On addressing regional inequality through higher education and TV programming


As a manifesto commitment during the 2019 general election campaign, the government promised to address economic differences between parts of the UK. This process came to be known as “levelling up”.

Since 2019, the economic circumstances of the UK have changed. The nation can no longer afford to do everything that may have been promised in the past, mostly because of the actions of the last government (whoever they were).

However, this government, a completely different and brand new government, intend to make good on the promise of “levelling up”. Although, after extensive market research with the public, the government no longer intends to use this exact phrase. Henceforth, the practice of discussing historic inequality in the UK will be known as “levelling with Rishi”.

This government is also committed to prudence in the public finances, in preparation for tax cuts before the next general election. Therefore, the past ambitions of the 2019 manifesto will be reduced in scale.

That manifesto also committed to ensuring “low-quality” university courses contributed to the UK economy. This White Paper outlines the government’s ambitions for enterprise zones across the country underpinned by the innovative work of those in higher education and our world-class media sector, since none of them can tour Europe anymore.

The government is keen to stress the important contribution to be made by all university disciplines. Following the huge success* of the national festival of creativity Unboxed, the government expects our levelling universities to get boxed-in.

[*source needed]

In accordance with budgetary restraint within the public finances, universities will be expecting to undertake any levelling activity within existing financial envelopes.

Equal treatment

As part of the Levelling with Rishi programme, each town, city or region [delete as financially appropriate, following Treasury review] in the UK should have:

At least one detective television series set within its geographical confines featuring scenes shot at a local higher education institution.

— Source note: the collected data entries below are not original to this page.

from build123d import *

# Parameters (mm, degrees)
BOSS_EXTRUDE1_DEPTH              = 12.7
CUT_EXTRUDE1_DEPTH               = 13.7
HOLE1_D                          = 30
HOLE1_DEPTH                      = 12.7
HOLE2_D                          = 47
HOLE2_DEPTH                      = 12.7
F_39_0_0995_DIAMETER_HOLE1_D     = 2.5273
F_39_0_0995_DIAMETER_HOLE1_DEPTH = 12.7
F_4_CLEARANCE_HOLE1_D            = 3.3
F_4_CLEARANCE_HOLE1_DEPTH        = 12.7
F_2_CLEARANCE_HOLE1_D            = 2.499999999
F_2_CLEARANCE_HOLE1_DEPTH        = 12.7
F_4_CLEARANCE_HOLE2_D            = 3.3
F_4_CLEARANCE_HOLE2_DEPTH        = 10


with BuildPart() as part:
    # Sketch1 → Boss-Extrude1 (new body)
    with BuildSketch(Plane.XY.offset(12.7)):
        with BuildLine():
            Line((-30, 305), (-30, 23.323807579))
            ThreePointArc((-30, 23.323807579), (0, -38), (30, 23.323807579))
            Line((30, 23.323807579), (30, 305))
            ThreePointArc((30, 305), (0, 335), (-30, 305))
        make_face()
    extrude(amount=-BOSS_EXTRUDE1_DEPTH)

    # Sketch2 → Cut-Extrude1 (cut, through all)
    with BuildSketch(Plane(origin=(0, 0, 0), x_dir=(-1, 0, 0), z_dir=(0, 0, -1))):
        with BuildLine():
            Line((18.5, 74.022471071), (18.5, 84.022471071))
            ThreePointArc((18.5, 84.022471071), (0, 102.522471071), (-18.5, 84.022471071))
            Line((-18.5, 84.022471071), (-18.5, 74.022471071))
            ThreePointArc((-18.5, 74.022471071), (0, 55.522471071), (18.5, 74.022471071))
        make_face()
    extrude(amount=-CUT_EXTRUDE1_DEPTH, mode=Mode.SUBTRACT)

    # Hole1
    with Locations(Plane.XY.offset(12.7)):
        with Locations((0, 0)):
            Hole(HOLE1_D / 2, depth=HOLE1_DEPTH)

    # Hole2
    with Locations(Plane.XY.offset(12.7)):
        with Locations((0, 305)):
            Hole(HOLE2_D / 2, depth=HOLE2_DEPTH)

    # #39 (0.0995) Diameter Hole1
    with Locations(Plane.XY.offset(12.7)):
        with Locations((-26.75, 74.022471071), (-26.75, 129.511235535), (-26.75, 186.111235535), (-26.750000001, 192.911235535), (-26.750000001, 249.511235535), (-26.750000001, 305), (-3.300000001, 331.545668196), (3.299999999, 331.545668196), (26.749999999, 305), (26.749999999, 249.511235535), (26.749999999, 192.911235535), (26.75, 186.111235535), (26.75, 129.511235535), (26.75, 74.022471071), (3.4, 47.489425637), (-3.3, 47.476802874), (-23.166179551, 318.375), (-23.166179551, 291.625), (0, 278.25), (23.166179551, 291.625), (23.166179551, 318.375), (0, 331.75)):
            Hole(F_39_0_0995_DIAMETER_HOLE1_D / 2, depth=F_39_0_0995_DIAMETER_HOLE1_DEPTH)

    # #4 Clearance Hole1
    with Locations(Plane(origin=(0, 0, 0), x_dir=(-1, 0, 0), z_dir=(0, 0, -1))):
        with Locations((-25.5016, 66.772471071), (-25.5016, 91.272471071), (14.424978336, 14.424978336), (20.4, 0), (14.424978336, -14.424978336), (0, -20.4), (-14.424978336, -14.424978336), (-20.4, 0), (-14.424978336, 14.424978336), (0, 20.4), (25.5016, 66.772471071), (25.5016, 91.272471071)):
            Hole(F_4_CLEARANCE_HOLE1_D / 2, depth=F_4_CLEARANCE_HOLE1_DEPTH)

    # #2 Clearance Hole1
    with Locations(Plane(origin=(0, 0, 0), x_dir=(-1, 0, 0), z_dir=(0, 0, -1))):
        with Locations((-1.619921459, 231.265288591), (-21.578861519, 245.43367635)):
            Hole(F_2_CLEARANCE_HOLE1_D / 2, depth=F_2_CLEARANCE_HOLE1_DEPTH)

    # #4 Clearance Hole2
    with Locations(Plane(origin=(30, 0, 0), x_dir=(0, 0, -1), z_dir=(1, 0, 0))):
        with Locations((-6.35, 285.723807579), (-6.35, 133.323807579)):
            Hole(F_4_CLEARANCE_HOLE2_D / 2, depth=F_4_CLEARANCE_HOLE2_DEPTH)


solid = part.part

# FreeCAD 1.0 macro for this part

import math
import FreeCAD as App
import Part
import Sketcher

V = App.Vector

doc = App.newDocument("Part")
body = doc.addObject("PartDesign::Body", "Body")

# Sketch on XY plane
sketch1 = doc.addObject("Sketcher::SketchObject", "Sketch")
body.addObject(sketch1)
sketch1.AttachmentSupport = (doc.XY_Plane, [""])
sketch1.MapMode = "FlatFace"
sketch1.AttachmentOffset = App.Placement(V(0, 0, 12.7), App.Rotation())
sketch1.addGeometry(Part.LineSegment(V(-30, 305, 0), V(-30, 23, 0)), False)
sketch1.addGeometry(Part.ArcOfCircle(Part.Circle(V(0, 0, 0), V(0, 0, 1), 38), math.radians(142), math.radians(398)), False)
sketch1.addGeometry(Part.LineSegment(V(30, 23, 0), V(30, 305, 0)), False)
sketch1.addGeometry(Part.ArcOfCircle(Part.Circle(V(0, 305, 0), V(0, 0, 1), 30), math.radians(0), math.radians(180)), False)
sketch1.addConstraint(Sketcher.Constraint("Coincident", 0, 2, 1, 1))
sketch1.addConstraint(Sketcher.Constraint("Coincident", 1, 2, 2, 1))
sketch1.addConstraint(Sketcher.Constraint("Tangent", 2, 2, 3, 1))
sketch1.addConstraint(Sketcher.Constraint("Tangent", 3, 2, 0, 1))
sketch1.addConstraint(Sketcher.Constraint("Vertical", 0))
sketch1.addConstraint(Sketcher.Constraint("Vertical", 2))
sketch1.addConstraint(Sketcher.Constraint("Coincident", 1, 3, -1, 1))
sketch1.addConstraint(Sketcher.Constraint("PointOnObject", 3, 3, -2))
sketch1.addConstraint(Sketcher.Constraint("Radius", 1, 38.0))
sketch1.addConstraint(Sketcher.Constraint("Radius", 3, 30.0))
sketch1.addConstraint(Sketcher.Constraint("DistanceY", -1, 1, 3, 3, 305.0))
pad1 = doc.addObject("PartDesign::Pad", "Pad")
body.addObject(pad1)
pad1.Profile = sketch1
pad1.Length = 12.7
pad1.Reversed = True

# Sketch on XY plane
sketch2 = doc.addObject("Sketcher::SketchObject", "Sketch001")
body.addObject(sketch2)
sketch2.AttachmentSupport = (doc.XY_Plane, [""])
sketch2.MapMode = "FlatFace"
sketch2.addGeometry(Part.LineSegment(V(-18, 74, 0), V(-18, 84, 0)), False)
sketch2.addGeometry(Part.ArcOfCircle(Part.Circle(V(0, 84, 0), V(0, 0, 1), 18), math.radians(0), math.radians(180)), False)
sketch2.addGeometry(Part.LineSegment(V(18, 84, 0), V(18, 74, 0)), False)
sketch2.addGeometry(Part.ArcOfCircle(Part.Circle(V(0, 74, 0), V(0, 0, 1), 18), math.radians(180), math.radians(360)), False)
sketch2.addConstraint(Sketcher.Constraint("Tangent", 0, 2, 1, 2))
sketch2.addConstraint(Sketcher.Constraint("Tangent", 1, 1, 2, 1))
sketch2.addConstraint(Sketcher.Constraint("Tangent", 2, 2, 3, 2))
sketch2.addConstraint(Sketcher.Constraint("Tangent", 3, 1, 0, 1))
sketch2.addConstraint(Sketcher.Constraint("Vertical", 0))
sketch2.addConstraint(Sketcher.Constraint("Vertical", 2))
sketch2.addConstraint(Sketcher.Constraint("PointOnObject", 1, 3, -2))
sketch2.addConstraint(Sketcher.Constraint("Radius", 1, 18.5))
sketch2.addConstraint(Sketcher.Constraint("DistanceY", 0, 1, 0, 2, 10.0))
sketch2.addConstraint(Sketcher.Constraint("DistanceY", -1, 1, 1, 3, 84.022471))
pocket1 = doc.addObject("PartDesign::Pocket", "Pocket")
body.addObject(pocket1)
pocket1.Profile = sketch2
pocket1.Type = "ThroughAll"
pocket1.Reversed = True

# Sketch on XY plane
sketch3 = doc.addObject("Sketcher::SketchObject", "Sketch002")
body.addObject(sketch3)
sketch3.AttachmentSupport = (doc.XY_Plane, [""])
sketch3.MapMode = "FlatFace"
sketch3.AttachmentOffset = App.Placement(V(0, 0, 12.7), App.Rotation())
sketch3.addGeometry(Part.Circle(V(0, 0, 0), V(0, 0, 1), 15), False)
sketch3.addConstraint(Sketcher.Constraint("Coincident", 0, 3, -1, 1))
sketch3.addConstraint(Sketcher.Constraint("Diameter", 0, 30.0))
doc.recompute()
hole = doc.addObject("PartDesign::Hole", "Hole")
body.addObject(hole)
hole.Profile = sketch3
hole.ThreadType = "None"
hole.Diameter = 30
hole.DepthType = "Dimension"
hole.Depth = 12.7
hole.DrillPoint = "Flat"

Previously, the regional coverage of fictional detectives has been limited to areas of significant aesthetic interest, predominantly located in the south-east of England: Grace (Brighton); Inspector Morse, Inspector Lewis, and Endeavour (Oxford); Luther, Unforgotten and Sherlock (London). 

In recent years, the provision of TV detectives has extended to cover locations previously left behind by commissioning editors, these include: Vera (north east), Happy Valley (Cleckhuddersfax—the A road that connects Halifax, Huddersfield and Cleckheaton), Ridley (wherever that is supposed to be set, could be the Lakes, could be the Dales, it’s hard to tell from the accents), Shetland (who would have thought there were so many murders in such a small place, NB. TV detectives remain a devolved matter under the Scotland Act 1998, which preserved the operational autonomy of Taggart and Hamish MacBeth), and Broadchurch (Dorset, which is probably quite posh but is at risk of voting Lib Dem next time).

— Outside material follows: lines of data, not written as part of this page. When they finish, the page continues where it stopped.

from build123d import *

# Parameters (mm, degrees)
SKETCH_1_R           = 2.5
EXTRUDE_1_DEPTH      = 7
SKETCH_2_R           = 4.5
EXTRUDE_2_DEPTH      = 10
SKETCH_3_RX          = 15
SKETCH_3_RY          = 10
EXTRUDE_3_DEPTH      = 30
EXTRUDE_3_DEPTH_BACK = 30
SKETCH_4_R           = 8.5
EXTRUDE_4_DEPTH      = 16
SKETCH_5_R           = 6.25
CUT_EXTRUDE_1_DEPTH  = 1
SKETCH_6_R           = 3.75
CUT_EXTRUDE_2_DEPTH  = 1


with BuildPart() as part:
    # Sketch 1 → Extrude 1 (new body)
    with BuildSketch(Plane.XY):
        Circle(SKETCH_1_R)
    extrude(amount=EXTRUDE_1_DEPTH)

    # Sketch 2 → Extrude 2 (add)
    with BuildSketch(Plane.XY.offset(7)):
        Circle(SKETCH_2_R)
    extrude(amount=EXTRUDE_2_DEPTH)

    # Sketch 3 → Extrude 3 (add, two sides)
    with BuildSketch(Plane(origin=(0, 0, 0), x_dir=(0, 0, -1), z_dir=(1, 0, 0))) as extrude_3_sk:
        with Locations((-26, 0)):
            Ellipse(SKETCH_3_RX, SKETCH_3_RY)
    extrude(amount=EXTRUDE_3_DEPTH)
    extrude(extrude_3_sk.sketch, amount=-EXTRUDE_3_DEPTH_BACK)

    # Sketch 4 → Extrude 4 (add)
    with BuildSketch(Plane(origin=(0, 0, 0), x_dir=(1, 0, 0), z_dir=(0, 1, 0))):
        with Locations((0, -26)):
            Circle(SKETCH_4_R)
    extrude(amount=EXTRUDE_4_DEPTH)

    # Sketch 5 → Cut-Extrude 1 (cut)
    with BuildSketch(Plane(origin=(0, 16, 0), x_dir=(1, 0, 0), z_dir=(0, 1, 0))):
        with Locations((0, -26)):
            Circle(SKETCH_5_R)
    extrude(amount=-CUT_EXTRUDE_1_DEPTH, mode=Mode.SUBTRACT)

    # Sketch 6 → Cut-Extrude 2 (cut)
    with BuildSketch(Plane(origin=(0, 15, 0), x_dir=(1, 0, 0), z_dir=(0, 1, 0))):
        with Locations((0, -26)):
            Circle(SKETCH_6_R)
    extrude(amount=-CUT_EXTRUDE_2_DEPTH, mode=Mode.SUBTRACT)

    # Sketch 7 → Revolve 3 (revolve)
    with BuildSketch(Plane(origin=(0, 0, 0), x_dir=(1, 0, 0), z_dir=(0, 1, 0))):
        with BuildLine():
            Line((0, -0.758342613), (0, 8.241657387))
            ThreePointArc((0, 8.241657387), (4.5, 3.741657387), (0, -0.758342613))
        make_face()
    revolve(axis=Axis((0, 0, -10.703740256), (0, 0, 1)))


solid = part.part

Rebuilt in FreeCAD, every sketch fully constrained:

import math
import FreeCAD as App
import Part
import Sketcher

doc = App.newDocument("Part")
params = doc.addObject("Spreadsheet::Sheet", "Params")
for row, (alias, value) in enumerate([
    ("sketch1_diameter", "5 mm"),
    ("pad1_length", "7 mm"),
    ("sketch2_diameter", "9 mm"),
    ("pad2_length", "10 mm"),
    ("pad3_length", "30 mm"),
    ("pad3_length2", "30 mm"),
    ("sketch4_diameter", "17 mm"),
    ("pad4_length", "16 mm"),
    ("sketch5_diameter", "12.5 mm"),
    ("pocket1_length", "1 mm"),
    ("sketch6_diameter", "7.5 mm"),
    ("pocket2_length", "1 mm"),
    ("sketch7_radius", "4.5 mm"),
    ("revolution_angle", "360 deg"),
], start=1):
    params.set(f"A{row}", alias)
    params.set(f"B{row}", "=" + value)
    params.setAlias(f"B{row}", alias)

body = doc.addObject("PartDesign::Body", "Body")

# Sketch on XY plane
sketch1 = body.newObject("Sketcher::SketchObject", "Sketch")
sketch1.AttachmentSupport = (doc.getObject("XY_Plane"), [""])
sketch1.MapMode = "FlatFace"
sketch1.addGeometry(Part.Circle(App.Vector(0, 0, 0), App.Vector(0, 0, 1), 2.5), False)
sketch1.addConstraint([
    Sketcher.Constraint("Coincident", 0, 3, -1, 1),
    Sketcher.Constraint("Diameter", 0, 5.0),
])
sketch1.setExpression("Constraints[1]", "Params.sketch1_diameter")
pad1 = body.newObject("PartDesign::Pad", "Pad")
pad1.Profile = sketch1
pad1.setExpression("Length", "Params.pad1_length")

# Sketch on XY plane
sketch2 = body.newObject("Sketcher::SketchObject", "Sketch001")
sketch2.AttachmentSupport = (doc.getObject("XY_Plane"), [""])
sketch2.MapMode = "FlatFace"
sketch2.AttachmentOffset = App.Placement(App.Vector(0, 0, 7), App.Rotation())
sketch2.addGeometry(Part.Circle(App.Vector(0, 0, 0), App.Vector(0, 0, 1), 4.5), False)
sketch2.addConstraint([
    Sketcher.Constraint("Coincident", 0, 3, -1, 1),
    Sketcher.Constraint("Diameter", 0, 9.0),
])
sketch2.setExpression("Constraints[1]", "Params.sketch2_diameter")
pad2 = body.newObject("PartDesign::Pad", "Pad001")
pad2.Profile = sketch2
pad2.setExpression("Length", "Params.pad2_length")

# Sketch on YZ plane
sketch3 = body.newObject("Sketcher::SketchObject", "Sketch002")
sketch3.AttachmentSupport = (doc.getObject("YZ_Plane"), [""])
sketch3.MapMode = "FlatFace"
sketch3.addGeometry(Part.Ellipse(App.Vector(0, 11, 0), App.Vector(10, 26, 0), App.Vector(0, 26, 0)), False)
sketch3.addConstraint(Sketcher.Constraint("Block", 0))
pad3 = body.newObject("PartDesign::Pad", "Pad002")
pad3.Profile = sketch3
pad3.Type = "TwoLengths"
pad3.setExpression("Length", "Params.pad3_length")
pad3.setExpression("Length2", "Params.pad3_length2")

# Sketch on XZ plane
sketch4 = body.newObject("Sketcher::SketchObject", "Sketch003")
sketch4.AttachmentSupport = (doc.getObject("XZ_Plane"), [""])
sketch4.MapMode = "FlatFace"
sketch4.addGeometry(Part.Circle(App.Vector(0, 26, 0), App.Vector(0, 0, 1), 8.5), False)
sketch4.addConstraint([
    Sketcher.Constraint("PointOnObject", 0, 3, -2),
    Sketcher.Constraint("Diameter", 0, 17.0),
    Sketcher.Constraint("DistanceY", -1, 1, 0, 3, 26.0),
])
sketch4.setExpression("Constraints[1]", "Params.sketch4_diameter")
pad4 = body.newObject("PartDesign::Pad", "Pad003")
pad4.Profile = sketch4
pad4.setExpression("Length", "Params.pad4_length")
pad4.Reversed = True

# Sketch on XZ plane
sketch5 = body.newObject("Sketcher::SketchObject", "Sketch004")
sketch5.AttachmentSupport = (doc.getObject("XZ_Plane"), [""])
sketch5.MapMode = "FlatFace"
sketch5.AttachmentOffset = App.Placement(App.Vector(0, 0, -16), App.Rotation())
sketch5.addGeometry(Part.Circle(App.Vector(0, 26, 0), App.Vector(0, 0, 1), 6.25), False)
sketch5.addConstraint([
    Sketcher.Constraint("PointOnObject", 0, 3, -2),
    Sketcher.Constraint("Diameter", 0, 12.5),
    Sketcher.Constraint("DistanceY", -1, 1, 0, 3, 26.0),
])
sketch5.setExpression("Constraints[1]", "Params.sketch5_diameter")
pocket1 = body.newObject("PartDesign::Pocket", "Pocket")
pocket1.Profile = sketch5
pocket1.setExpression("Length", "Params.pocket1_length")
pocket1.Reversed = True

# Sketch on XZ plane
sketch6 = body.newObject("Sketcher::SketchObject", "Sketch005")
sketch6.AttachmentSupport = (doc.getObject("XZ_Plane"), [""])
sketch6.MapMode = "FlatFace"
sketch6.AttachmentOffset = App.Placement(App.Vector(0, 0, -15), App.Rotation())
sketch6.addGeometry(Part.Circle(App.Vector(0, 26, 0), App.Vector(0, 0, 1), 3.75), False)
sketch6.addConstraint([
    Sketcher.Constraint("PointOnObject", 0, 3, -2),
    Sketcher.Constraint("Diameter", 0, 7.5),
    Sketcher.Constraint("DistanceY", -1, 1, 0, 3, 26.0),
])
sketch6.setExpression("Constraints[1]", "Params.sketch6_diameter")
pocket2 = body.newObject("PartDesign::Pocket", "Pocket001")
pocket2.Profile = sketch6
pocket2.setExpression("Length", "Params.pocket2_length")
pocket2.Reversed = True

# Sketch on XZ plane
sketch7 = body.newObject("Sketcher::SketchObject", "Sketch006")
sketch7.AttachmentSupport = (doc.getObject("XZ_Plane"), [""])
sketch7.MapMode = "FlatFace"
sketch7.addGeometry([
    Part.LineSegment(App.Vector(0, -8.241657, 0), App.Vector(0, 0.758343, 0)),
    Part.ArcOfCircle(Part.Circle(App.Vector(0, -3.741657, 0), App.Vector(0, 0, 1), 4.5), math.radians(-90), math.radians(90)),
], False)
sketch7.addConstraint([
    Sketcher.Constraint("Coincident", 0, 1, 1, 1),
    Sketcher.Constraint("Coincident", 1, 2, 0, 2),
    Sketcher.Constraint("Vertical", 0),
    Sketcher.Constraint("PointOnObject", 1, 3, -2),
    Sketcher.Constraint("PointOnObject", 0, 1, -2),
    Sketcher.Constraint("Radius", 1, 4.5),
    Sketcher.Constraint("DistanceY", 1, 3, -1, 1, 3.741657),
])
sketch7.setExpression("Constraints[5]", "Params.sketch7_radius")
revolution = body.newObject("PartDesign::Revolution", "Revolution")
revolution.Profile = sketch7
revolution.ReferenceAxis = (sketch7, ["V_Axis"])
revolution.setExpression("Angle", "Params.revolution_angle")

doc.recompute()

The UK government notes and particularly regrets the absence of TV detective shows set in Birmingham, especially given how many seats it holds there.

University media departments will be expected to work with production companies to develop regionally based detective dramas, preferably of six two-hour episodes in length, to be pitched to commissioning editors at BBC and ITV for inclusion in the 2023-24 winter schedules. Each series should include at least one appearance by Olivia Colman and/or Adrian Dunbar. Funding for fictional detectives and university media departments is not guaranteed beyond the period of the comprehensive spending review, or the next election, whichever is soonest.

Housing supply

Regional communities should also expect: a lord of the manor in a big house providing occasional employment to locals.

Following the success of the prime minister’s own constituency Richmond (no the one in Yorkshire) in securing levelling-up funds, and the investment in local infrastructure resulting from the upgrade of the electricity grid to heat a private swimming pool, this pilot will now be upscaled.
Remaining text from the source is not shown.